"""

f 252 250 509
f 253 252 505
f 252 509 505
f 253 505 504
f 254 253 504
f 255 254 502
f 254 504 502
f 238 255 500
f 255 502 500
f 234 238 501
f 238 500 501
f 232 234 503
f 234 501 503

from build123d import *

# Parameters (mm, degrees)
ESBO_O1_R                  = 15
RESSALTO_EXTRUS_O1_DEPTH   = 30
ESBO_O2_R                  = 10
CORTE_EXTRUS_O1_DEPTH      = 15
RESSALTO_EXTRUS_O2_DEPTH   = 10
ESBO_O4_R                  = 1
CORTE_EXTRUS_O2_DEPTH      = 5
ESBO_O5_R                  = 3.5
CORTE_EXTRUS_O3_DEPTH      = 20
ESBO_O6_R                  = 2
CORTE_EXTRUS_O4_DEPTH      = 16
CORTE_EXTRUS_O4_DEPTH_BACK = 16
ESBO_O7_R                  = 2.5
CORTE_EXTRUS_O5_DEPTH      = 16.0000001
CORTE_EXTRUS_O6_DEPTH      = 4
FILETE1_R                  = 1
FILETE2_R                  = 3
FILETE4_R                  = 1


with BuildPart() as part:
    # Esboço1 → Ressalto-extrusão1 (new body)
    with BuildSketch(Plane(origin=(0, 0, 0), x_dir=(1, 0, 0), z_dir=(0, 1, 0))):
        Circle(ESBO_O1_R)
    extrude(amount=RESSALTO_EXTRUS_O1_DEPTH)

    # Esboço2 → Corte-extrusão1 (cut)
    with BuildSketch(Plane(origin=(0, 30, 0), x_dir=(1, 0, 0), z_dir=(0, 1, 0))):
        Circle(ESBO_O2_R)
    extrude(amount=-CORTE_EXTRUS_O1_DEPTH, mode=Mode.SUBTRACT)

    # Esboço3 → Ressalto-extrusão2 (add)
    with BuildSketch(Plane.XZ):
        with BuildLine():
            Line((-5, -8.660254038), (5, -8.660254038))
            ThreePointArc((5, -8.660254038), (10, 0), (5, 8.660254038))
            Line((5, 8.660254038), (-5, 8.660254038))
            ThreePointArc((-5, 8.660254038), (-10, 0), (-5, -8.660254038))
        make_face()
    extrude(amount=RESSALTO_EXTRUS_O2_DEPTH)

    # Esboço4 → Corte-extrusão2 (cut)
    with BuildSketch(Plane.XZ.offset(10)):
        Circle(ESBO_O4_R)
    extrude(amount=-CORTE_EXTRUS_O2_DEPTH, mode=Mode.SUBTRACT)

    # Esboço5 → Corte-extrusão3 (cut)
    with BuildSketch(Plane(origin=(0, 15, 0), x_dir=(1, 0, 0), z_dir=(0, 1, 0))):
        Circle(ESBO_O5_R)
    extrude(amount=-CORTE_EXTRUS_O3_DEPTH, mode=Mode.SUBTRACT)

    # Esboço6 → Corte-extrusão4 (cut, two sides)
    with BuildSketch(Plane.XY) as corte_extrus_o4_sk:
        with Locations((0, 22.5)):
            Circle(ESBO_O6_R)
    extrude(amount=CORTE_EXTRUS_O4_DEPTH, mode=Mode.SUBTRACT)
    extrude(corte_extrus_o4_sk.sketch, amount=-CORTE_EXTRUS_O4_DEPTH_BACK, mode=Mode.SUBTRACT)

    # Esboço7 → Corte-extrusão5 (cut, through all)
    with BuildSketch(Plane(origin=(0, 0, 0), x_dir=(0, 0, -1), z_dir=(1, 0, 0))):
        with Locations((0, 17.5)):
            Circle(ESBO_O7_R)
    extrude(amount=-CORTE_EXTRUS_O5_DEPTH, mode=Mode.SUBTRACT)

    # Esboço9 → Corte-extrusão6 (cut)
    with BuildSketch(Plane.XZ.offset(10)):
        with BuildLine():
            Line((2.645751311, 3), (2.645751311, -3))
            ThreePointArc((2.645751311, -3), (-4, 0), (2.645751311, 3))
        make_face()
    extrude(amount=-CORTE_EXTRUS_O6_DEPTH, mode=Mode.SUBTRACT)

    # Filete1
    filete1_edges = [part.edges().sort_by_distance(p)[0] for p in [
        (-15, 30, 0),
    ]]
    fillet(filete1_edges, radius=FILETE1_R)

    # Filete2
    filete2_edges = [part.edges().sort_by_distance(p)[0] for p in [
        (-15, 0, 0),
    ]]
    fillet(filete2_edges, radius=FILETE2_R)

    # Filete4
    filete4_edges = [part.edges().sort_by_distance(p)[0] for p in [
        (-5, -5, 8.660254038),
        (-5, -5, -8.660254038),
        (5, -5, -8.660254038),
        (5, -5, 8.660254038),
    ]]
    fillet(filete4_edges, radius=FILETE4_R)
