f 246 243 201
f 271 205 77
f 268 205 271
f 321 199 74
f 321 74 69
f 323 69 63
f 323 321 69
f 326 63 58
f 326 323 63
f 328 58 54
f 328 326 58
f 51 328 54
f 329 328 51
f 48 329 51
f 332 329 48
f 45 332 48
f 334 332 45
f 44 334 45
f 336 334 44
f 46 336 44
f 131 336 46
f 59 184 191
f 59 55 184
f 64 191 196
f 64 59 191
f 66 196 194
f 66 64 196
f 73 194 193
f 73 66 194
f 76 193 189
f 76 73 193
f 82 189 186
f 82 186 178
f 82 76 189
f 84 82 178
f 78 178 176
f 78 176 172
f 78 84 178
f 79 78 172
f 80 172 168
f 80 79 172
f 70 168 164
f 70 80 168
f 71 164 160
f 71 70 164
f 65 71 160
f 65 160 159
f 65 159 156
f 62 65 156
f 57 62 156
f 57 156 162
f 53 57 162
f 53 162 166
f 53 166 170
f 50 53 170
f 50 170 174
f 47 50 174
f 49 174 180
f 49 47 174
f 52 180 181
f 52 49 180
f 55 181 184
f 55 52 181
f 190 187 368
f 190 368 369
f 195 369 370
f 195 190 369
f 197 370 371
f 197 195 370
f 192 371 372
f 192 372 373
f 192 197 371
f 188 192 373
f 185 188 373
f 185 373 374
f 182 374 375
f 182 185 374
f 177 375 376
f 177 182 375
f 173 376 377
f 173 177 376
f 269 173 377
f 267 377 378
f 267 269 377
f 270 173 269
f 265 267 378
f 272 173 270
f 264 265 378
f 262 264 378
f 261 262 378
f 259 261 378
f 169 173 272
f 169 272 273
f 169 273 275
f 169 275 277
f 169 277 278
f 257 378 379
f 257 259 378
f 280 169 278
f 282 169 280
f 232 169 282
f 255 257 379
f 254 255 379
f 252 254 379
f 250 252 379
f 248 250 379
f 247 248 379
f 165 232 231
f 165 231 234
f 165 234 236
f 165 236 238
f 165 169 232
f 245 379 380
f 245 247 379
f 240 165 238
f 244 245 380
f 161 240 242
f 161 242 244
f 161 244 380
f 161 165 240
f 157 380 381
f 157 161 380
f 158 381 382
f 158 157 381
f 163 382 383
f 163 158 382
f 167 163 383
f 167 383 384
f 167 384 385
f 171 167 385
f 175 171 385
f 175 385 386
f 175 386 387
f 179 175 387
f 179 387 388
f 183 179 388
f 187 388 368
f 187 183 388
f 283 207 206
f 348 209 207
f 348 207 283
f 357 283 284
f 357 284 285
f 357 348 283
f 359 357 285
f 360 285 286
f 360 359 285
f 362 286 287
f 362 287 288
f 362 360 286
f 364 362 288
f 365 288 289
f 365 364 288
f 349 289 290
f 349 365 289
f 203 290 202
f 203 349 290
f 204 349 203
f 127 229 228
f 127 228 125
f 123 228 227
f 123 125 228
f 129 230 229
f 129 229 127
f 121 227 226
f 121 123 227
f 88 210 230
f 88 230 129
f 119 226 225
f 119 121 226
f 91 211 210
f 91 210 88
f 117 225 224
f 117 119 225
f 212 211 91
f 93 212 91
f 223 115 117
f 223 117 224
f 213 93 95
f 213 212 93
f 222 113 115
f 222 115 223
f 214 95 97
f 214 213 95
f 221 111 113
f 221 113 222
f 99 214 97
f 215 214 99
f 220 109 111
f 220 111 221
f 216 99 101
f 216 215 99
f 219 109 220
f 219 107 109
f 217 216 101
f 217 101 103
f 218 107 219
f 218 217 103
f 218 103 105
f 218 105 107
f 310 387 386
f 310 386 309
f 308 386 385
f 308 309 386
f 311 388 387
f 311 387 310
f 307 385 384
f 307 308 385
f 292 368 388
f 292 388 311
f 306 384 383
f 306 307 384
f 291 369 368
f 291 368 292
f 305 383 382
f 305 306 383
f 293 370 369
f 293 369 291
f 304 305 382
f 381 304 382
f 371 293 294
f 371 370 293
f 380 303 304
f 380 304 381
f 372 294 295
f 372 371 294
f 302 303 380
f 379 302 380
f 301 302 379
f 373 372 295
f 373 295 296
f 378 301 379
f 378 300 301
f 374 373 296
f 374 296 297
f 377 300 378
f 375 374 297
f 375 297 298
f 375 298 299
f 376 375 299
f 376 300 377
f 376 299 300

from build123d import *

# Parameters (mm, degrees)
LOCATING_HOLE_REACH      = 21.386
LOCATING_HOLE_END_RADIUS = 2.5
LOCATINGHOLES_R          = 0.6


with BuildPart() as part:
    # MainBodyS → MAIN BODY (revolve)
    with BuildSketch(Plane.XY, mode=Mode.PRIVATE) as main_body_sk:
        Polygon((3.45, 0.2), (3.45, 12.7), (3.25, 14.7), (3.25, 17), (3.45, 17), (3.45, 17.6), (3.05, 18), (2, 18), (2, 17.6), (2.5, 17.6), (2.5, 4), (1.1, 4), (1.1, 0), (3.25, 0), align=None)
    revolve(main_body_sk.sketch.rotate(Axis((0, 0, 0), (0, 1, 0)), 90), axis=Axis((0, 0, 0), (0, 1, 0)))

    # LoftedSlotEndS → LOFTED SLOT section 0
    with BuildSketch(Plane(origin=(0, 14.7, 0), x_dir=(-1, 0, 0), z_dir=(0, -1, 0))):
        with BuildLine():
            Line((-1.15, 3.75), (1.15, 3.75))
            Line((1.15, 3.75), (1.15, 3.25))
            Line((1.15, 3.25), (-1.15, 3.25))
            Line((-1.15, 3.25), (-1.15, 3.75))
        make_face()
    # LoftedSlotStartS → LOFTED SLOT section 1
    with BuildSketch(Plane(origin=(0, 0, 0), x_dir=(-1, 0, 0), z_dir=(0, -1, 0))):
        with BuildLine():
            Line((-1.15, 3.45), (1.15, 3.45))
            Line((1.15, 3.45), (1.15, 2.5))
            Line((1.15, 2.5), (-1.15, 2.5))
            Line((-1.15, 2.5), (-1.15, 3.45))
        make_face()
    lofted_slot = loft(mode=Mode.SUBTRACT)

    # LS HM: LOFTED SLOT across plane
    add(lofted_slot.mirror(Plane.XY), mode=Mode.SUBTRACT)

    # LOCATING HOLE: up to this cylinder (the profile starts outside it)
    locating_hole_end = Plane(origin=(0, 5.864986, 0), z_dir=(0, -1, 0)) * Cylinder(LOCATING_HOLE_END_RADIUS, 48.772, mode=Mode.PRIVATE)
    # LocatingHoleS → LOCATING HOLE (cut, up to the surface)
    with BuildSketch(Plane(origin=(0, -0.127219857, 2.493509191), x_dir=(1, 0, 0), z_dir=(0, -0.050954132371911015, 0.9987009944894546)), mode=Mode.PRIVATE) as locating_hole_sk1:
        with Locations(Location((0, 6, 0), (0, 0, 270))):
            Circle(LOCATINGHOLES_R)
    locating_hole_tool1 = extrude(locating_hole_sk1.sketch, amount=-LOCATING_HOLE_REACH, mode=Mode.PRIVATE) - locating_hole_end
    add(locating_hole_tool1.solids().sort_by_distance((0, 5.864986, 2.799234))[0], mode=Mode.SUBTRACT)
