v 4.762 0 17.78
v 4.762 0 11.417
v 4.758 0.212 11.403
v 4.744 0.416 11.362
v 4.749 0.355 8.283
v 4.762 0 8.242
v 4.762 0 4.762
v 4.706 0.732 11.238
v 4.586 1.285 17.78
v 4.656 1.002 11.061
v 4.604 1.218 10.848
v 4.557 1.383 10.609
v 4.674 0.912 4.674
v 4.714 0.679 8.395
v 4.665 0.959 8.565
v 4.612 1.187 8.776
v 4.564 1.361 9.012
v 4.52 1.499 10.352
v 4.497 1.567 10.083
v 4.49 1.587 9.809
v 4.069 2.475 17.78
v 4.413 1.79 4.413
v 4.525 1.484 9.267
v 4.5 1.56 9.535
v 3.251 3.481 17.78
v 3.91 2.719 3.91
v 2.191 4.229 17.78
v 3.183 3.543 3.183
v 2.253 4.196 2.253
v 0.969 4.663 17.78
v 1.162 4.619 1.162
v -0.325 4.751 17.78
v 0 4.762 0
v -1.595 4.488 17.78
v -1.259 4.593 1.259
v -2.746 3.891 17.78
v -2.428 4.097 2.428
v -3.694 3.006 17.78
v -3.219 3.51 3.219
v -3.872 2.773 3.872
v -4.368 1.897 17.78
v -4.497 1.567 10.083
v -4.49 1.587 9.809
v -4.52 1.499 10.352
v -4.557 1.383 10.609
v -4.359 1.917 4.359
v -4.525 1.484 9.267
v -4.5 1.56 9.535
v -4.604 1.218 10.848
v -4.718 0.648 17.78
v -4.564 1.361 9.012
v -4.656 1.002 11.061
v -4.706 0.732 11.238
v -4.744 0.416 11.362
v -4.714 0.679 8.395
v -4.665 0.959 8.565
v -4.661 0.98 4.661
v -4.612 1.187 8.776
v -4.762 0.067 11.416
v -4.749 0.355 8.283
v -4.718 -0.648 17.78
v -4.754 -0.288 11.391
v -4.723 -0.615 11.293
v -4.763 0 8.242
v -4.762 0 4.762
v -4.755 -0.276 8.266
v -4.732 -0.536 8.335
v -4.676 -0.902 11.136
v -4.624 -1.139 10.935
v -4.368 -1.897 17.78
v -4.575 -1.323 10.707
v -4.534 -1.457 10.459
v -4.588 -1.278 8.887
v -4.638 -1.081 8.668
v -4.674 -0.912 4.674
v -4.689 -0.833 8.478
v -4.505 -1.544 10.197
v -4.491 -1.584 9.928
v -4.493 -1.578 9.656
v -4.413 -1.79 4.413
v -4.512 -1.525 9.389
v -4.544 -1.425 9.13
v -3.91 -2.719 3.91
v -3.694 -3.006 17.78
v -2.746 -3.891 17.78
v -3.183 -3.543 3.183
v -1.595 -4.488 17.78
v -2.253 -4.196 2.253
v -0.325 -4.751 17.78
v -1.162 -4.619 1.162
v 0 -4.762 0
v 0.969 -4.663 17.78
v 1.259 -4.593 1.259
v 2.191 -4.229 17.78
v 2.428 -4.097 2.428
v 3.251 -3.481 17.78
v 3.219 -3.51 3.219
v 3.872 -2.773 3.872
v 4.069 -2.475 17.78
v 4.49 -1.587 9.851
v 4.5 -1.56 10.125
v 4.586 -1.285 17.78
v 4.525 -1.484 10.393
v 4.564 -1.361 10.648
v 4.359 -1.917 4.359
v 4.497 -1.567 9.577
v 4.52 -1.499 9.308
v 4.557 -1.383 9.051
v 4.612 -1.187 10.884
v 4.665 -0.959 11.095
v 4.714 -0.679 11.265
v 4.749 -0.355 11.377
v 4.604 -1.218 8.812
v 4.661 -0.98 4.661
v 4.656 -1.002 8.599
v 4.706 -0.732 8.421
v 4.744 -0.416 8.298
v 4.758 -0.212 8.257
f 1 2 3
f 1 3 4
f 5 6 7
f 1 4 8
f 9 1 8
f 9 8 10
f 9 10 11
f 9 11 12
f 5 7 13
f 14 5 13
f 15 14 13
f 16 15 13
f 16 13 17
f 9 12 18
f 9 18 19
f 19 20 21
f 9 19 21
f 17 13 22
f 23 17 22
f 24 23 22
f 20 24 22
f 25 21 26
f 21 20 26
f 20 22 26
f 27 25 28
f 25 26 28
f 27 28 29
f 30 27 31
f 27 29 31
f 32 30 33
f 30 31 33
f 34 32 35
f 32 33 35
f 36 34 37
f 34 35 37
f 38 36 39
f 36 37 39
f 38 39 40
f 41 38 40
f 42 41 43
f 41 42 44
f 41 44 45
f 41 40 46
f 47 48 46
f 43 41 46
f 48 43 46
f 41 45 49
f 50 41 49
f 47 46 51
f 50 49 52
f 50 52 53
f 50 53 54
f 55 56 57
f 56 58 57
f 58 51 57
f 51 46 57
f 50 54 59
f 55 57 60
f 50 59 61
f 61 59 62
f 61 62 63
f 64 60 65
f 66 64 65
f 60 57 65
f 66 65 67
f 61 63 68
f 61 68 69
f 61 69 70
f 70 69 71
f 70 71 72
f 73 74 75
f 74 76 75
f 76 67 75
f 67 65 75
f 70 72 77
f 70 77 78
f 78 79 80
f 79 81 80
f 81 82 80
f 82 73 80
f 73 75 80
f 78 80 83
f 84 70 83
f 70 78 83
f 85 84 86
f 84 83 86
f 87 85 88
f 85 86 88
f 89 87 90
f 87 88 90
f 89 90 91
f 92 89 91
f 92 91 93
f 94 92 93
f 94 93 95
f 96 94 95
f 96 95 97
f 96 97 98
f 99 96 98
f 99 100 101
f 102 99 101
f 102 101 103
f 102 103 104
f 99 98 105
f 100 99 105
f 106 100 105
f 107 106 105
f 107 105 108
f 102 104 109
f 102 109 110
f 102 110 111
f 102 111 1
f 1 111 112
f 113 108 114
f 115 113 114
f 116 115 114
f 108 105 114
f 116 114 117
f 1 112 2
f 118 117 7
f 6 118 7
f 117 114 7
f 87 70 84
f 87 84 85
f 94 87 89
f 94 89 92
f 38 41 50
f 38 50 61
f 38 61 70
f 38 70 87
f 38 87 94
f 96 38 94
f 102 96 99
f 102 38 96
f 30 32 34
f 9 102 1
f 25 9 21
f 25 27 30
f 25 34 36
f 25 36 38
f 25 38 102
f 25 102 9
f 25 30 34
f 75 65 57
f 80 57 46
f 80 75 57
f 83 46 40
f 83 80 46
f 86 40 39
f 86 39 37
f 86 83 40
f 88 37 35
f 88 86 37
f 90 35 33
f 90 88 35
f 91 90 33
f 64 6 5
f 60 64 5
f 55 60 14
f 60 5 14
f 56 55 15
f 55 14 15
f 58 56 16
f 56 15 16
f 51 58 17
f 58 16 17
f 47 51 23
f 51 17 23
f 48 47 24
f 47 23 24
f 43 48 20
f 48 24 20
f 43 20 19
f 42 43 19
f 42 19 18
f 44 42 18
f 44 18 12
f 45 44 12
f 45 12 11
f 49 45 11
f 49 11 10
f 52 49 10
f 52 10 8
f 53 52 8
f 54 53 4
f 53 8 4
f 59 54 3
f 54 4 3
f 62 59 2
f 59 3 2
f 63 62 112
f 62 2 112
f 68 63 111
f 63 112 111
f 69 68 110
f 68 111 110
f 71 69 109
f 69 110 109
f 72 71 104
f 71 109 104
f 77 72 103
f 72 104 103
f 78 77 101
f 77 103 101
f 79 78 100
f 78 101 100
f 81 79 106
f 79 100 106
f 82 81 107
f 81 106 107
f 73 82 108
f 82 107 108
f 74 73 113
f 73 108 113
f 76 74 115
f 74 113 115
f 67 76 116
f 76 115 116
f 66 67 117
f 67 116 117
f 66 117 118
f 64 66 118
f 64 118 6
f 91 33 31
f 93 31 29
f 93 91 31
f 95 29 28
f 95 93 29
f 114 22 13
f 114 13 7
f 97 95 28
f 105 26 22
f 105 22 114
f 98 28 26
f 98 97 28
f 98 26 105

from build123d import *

# Parameters (mm, degrees)
SKETCH1_R                    = 4.7625
EXTRUDE1_DEPTH               = 17.78
EXTRUDE2_DEPTH               = 20.01292225
EXTRUDE2_DEPTH_BACK          = 20.01292225
F_1_8_0_125_DIAMETER_HOLE4_D = 3.175


with BuildPart() as part:
    # Sketch1 → Extrude1 (new body)
    with BuildSketch(Plane.XY):
        Circle(SKETCH1_R)
    extrude(amount=EXTRUDE1_DEPTH)

    # Sketch2 → Extrude2 (cut, two sides: drawn at the far end of the back side and taken through both)
    with BuildSketch(Plane(origin=(0, 0, 0), x_dir=(1, 0, 0), z_dir=(0, 1, 0)).offset(-EXTRUDE2_DEPTH_BACK)):
        Polygon((0, 0), (4.7625, -4.7625), (4.7625, 1.90519665), (-4.7625, 1.90519665), (-4.7625, -4.7625), align=None)
    extrude(amount=EXTRUDE2_DEPTH + EXTRUDE2_DEPTH_BACK, mode=Mode.SUBTRACT)

    # 1/8 (0.125) Diameter Hole4 (through all)
    with Locations(Plane(origin=(-4.7625, 0, 17.78), x_dir=(0, 0, 1), z_dir=(-1, 0, 0))):
        with Locations((-7.9502, 0)):
            Hole(F_1_8_0_125_DIAMETER_HOLE4_D / 2)


solid = part.part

"""

* _ABOUT THIS EXERCISE_
Everything above from the line with "f 283 207 206" to the line with "f 129 230 229", both included, must be repeated exactly, and nothing outside that range.

* _RESPONSE TO THIS TASK_
f 283 207 206
f 348 209 207
f 348 207 283
f 357 283 284
f 357 284 285
f 357 348 283
f 359 357 285
f 360 285 286
f 360 359 285
f 362 286 287
f 362 287 288
f 362 360 286
f 364 362 288
f 365 288 289
f 365 364 288
f 349 289 290
f 349 365 289
f 203 290 202
f 203 349 290
f 204 349 203
f 127 229 228
f 127 228 125
f 123 228 227
f 123 125 228
f 129 230 229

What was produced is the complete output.